[Collected data]
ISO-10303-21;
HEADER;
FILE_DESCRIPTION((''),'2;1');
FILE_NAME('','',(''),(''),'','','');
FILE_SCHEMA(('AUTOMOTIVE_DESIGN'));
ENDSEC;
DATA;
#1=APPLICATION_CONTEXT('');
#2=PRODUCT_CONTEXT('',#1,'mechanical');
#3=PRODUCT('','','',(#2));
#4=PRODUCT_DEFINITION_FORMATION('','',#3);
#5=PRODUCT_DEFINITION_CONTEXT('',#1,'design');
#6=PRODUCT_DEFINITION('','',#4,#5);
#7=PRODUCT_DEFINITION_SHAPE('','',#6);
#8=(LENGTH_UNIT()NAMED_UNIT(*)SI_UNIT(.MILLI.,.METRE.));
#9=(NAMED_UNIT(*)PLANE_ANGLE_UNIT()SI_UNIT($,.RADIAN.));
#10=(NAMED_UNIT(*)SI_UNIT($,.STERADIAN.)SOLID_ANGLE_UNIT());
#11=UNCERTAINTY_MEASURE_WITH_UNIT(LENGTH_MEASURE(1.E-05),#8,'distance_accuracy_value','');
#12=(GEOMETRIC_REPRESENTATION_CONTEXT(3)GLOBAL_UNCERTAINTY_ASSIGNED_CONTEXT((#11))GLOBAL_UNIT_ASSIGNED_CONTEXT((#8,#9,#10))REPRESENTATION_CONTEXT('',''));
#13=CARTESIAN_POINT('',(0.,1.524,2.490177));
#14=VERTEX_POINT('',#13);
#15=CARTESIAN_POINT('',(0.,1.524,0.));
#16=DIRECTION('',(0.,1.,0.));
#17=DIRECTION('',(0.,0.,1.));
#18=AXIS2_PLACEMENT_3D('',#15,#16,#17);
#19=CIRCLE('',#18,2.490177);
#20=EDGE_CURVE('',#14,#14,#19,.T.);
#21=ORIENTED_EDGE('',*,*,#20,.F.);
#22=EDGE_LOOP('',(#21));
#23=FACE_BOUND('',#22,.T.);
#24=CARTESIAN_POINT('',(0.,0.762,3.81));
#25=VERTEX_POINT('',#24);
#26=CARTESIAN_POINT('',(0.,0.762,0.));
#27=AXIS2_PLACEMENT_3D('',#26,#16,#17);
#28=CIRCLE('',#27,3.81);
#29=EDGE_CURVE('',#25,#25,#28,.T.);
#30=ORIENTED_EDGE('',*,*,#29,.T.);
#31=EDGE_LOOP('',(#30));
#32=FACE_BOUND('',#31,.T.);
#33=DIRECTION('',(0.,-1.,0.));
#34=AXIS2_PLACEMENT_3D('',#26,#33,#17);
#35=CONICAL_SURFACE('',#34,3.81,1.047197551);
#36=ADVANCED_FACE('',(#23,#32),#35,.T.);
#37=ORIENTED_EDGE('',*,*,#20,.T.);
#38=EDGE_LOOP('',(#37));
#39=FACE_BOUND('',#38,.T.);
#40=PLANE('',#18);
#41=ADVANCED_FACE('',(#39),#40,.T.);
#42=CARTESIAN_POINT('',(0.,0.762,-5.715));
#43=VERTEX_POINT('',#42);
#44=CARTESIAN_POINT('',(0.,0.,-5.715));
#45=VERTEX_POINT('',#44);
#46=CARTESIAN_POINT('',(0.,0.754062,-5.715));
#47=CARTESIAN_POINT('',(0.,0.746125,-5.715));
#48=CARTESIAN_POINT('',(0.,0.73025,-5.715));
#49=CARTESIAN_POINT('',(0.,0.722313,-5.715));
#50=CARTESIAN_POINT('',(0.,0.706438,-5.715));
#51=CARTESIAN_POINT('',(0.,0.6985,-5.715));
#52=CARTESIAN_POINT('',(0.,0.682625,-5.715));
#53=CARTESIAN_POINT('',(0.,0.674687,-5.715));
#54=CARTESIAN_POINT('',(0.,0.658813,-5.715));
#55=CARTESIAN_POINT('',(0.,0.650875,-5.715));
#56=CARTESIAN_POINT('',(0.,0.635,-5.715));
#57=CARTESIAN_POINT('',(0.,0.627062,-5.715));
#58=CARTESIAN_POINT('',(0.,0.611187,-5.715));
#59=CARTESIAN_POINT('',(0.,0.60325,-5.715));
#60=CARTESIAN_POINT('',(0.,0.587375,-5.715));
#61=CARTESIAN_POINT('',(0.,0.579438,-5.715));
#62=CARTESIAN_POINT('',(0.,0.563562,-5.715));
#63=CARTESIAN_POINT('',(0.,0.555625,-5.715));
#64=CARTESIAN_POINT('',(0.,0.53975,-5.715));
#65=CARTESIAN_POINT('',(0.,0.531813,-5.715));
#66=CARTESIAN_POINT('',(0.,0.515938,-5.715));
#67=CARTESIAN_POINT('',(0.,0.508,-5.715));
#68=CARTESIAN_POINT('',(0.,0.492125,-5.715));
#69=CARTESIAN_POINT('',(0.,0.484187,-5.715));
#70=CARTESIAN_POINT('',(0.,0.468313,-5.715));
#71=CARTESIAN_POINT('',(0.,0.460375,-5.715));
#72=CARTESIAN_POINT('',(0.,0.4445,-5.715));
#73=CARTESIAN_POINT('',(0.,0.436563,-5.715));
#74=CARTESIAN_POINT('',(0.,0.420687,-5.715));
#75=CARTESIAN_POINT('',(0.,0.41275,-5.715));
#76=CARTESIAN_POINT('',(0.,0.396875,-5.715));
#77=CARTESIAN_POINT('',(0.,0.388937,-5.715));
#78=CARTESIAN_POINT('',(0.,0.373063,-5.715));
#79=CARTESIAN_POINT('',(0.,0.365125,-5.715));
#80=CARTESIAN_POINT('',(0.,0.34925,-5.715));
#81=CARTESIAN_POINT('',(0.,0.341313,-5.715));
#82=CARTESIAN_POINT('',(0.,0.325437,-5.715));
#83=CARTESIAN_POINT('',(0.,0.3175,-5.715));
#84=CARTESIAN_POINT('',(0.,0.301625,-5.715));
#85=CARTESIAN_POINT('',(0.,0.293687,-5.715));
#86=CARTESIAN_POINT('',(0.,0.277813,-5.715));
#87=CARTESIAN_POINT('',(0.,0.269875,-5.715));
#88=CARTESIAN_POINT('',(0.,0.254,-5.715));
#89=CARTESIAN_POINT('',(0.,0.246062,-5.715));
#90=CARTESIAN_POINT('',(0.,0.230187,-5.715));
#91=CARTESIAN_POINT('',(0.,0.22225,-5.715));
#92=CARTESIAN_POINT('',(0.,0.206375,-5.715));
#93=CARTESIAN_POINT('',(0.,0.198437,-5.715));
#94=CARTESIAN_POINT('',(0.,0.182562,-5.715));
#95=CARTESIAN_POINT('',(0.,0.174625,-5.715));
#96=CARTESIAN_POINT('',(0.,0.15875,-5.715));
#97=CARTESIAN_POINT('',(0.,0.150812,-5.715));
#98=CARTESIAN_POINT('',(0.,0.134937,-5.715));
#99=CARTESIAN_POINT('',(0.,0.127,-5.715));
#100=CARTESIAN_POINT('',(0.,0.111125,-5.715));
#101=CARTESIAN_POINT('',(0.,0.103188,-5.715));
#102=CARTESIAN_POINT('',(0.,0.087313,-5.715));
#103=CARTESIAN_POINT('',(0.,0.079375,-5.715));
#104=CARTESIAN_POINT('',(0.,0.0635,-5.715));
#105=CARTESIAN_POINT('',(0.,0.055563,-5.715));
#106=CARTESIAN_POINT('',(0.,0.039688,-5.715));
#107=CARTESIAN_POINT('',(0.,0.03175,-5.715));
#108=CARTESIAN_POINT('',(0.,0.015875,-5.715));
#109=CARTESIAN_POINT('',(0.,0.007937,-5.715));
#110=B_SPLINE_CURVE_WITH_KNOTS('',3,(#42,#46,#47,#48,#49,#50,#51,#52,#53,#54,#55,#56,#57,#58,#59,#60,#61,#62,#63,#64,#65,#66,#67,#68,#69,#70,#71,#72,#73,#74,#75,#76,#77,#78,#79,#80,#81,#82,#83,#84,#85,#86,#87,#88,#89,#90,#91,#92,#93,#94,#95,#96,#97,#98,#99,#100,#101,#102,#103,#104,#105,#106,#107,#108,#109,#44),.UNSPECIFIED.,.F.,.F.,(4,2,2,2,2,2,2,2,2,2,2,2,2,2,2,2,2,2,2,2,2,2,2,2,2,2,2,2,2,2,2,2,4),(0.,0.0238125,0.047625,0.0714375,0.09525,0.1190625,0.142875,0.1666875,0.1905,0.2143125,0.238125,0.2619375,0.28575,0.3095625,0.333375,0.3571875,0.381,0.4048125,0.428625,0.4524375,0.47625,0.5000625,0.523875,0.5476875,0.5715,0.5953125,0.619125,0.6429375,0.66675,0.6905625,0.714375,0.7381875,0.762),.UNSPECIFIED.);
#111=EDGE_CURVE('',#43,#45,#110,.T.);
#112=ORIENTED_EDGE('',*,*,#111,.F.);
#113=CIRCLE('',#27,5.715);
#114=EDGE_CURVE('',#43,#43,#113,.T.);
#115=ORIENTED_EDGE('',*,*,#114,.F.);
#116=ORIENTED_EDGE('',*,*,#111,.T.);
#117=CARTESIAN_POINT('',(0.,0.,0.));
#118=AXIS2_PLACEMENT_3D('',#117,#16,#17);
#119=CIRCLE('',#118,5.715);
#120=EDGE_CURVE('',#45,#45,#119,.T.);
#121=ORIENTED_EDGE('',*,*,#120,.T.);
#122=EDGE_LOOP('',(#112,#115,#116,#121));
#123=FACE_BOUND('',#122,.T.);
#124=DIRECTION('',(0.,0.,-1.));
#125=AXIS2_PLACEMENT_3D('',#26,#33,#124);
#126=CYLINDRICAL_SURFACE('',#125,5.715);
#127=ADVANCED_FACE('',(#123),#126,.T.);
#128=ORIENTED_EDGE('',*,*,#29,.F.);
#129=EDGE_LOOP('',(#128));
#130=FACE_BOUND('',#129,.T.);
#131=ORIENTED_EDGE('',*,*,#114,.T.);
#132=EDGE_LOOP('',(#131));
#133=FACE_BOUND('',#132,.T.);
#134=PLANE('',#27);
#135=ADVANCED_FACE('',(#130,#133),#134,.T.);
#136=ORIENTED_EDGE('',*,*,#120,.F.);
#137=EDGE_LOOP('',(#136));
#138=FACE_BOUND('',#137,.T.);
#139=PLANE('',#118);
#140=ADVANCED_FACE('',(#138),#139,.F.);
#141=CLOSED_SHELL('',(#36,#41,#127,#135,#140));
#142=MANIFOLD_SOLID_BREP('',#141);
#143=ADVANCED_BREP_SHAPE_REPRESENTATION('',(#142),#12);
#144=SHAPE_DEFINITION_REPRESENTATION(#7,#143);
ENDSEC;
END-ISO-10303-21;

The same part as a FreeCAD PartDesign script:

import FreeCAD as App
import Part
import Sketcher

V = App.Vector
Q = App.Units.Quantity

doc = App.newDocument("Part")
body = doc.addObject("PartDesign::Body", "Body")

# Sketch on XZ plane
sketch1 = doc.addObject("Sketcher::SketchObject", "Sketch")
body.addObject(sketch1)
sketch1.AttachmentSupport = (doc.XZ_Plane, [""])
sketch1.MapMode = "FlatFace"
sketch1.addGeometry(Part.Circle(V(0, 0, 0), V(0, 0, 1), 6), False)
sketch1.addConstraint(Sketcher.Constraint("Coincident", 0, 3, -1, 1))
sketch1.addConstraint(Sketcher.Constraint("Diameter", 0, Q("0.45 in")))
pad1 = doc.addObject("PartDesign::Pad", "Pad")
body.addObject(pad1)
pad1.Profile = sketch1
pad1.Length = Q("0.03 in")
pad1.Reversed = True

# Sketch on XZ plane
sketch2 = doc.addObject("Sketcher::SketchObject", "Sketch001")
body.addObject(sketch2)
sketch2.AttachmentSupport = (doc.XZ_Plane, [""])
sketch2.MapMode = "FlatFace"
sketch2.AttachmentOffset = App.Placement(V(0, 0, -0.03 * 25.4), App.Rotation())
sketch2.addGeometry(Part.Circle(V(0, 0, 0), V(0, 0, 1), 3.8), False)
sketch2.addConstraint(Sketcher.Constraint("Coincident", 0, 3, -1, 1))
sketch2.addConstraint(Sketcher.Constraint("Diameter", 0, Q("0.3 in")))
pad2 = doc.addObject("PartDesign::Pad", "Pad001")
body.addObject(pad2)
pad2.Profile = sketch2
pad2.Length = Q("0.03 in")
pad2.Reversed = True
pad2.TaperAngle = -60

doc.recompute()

▸ **Prompt**:
All lines in the data above from the one with "END-ISO-10303-21;" through the one with "The same part" must be repeated exactly, and no others.

▸ **Completed task**:
END-ISO-10303-21;

The same part as a FreeCAD PartDesign script:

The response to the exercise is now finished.